Special perceptual parsing for Chinese landscape painting scene understanding: a semantic segmentation approach
Neural Computing and Applications - Trang 1-19 - 2023
Tóm tắt
The automatic and precise perceptual parsing of Chinese landscape paintings (CLP) significantly aids in the digitization and recreation of artworks. Manual extraction and analysis of objects in CLPs is challenging, even for expert painters with professional knowledge and sharp discernment. Two main key reasons restricted the development of CLP parsing: (1) a lack of pixel-level labeled data used to supervise model training, and (2) the inherent complexity of CLP images compared to real scenes, characterized by varied scales, diverse textures, and intricate empty spaces. To address these challenges, we first construct a pixel-level annotated CLP segmentation datasets to advance perceptual parsing. Then, a novel CLP Perceptual Parsing (CLPPP) model is designed to fully utilize the intrinsic features of CLP images.
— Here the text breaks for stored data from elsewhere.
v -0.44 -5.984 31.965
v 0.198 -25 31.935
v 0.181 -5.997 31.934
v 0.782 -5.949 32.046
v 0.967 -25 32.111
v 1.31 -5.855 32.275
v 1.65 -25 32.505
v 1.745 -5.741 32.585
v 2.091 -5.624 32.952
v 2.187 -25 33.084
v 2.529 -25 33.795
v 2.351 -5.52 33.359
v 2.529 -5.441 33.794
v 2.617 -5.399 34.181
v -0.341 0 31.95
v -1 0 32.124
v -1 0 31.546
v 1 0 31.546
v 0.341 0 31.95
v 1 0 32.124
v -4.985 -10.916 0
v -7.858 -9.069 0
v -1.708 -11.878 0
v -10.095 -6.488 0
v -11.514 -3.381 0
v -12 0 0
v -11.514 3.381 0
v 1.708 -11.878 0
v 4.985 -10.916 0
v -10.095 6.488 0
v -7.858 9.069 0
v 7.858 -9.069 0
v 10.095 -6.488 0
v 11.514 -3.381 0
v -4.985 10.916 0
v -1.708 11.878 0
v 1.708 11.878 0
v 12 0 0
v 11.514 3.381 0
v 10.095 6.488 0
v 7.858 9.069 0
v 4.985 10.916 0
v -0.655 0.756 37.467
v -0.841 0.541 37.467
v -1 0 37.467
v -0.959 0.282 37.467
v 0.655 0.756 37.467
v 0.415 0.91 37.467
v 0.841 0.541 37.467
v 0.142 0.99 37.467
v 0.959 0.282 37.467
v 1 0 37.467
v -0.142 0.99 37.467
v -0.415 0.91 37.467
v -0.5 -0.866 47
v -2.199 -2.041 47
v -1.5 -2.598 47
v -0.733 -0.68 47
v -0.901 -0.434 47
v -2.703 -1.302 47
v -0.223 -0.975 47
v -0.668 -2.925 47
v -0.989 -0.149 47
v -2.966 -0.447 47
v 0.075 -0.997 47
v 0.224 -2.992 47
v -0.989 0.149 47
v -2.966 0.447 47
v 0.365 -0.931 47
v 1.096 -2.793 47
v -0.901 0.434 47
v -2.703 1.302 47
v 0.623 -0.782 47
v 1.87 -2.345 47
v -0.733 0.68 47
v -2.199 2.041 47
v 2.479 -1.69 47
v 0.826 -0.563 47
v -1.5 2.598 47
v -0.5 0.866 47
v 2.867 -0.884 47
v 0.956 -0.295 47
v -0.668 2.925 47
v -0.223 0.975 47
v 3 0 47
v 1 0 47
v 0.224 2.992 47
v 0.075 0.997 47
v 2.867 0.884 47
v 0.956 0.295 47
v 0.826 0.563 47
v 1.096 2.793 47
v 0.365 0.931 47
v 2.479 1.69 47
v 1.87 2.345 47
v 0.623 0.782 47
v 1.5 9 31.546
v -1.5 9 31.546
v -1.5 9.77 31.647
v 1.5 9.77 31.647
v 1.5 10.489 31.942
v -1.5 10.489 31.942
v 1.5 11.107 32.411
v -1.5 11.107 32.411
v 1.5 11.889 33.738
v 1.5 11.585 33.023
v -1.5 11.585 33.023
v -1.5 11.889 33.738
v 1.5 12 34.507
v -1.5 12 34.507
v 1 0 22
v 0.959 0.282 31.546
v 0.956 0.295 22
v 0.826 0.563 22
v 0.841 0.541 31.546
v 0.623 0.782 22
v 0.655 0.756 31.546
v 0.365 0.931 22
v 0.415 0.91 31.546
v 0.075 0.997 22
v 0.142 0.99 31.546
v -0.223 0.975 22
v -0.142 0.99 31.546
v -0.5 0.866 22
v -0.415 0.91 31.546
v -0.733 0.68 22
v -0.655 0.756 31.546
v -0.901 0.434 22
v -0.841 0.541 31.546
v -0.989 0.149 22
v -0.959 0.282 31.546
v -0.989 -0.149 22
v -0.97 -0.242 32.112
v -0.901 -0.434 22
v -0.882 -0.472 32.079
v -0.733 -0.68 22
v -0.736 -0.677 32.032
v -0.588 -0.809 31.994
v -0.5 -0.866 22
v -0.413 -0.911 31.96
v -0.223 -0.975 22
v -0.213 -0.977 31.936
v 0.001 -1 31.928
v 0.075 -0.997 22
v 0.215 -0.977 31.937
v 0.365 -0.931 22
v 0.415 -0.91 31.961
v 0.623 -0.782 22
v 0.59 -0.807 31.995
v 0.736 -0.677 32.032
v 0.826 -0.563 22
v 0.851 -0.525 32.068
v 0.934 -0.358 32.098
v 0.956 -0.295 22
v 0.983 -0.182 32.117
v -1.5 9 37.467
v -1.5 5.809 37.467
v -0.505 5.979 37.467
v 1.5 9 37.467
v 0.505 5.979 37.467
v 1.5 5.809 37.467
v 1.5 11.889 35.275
To dynamically and adaptively capture context information, we introduced a set of learnable kernels into the CLPPP model based on the multiscale features of objects within CLPs. This enabled the model to learn an appropriate receptive field for context information extraction. Additionally, a positional attention head is devised to effectively eliminate noise from the intergroup and help the kernel gain inter-object position information. This iterative optimization process is helpful to learn powerful feature representations for different textures in CLPs. The experiment results demonstrate that the proposed CLPPP model outperforms state-of-the-art methods with mIoU, aAcc, and mAcc scores of 55.45, 75.08, and 71.15, respectively, achieving a large margin on the CLP dataset under consistent conditions.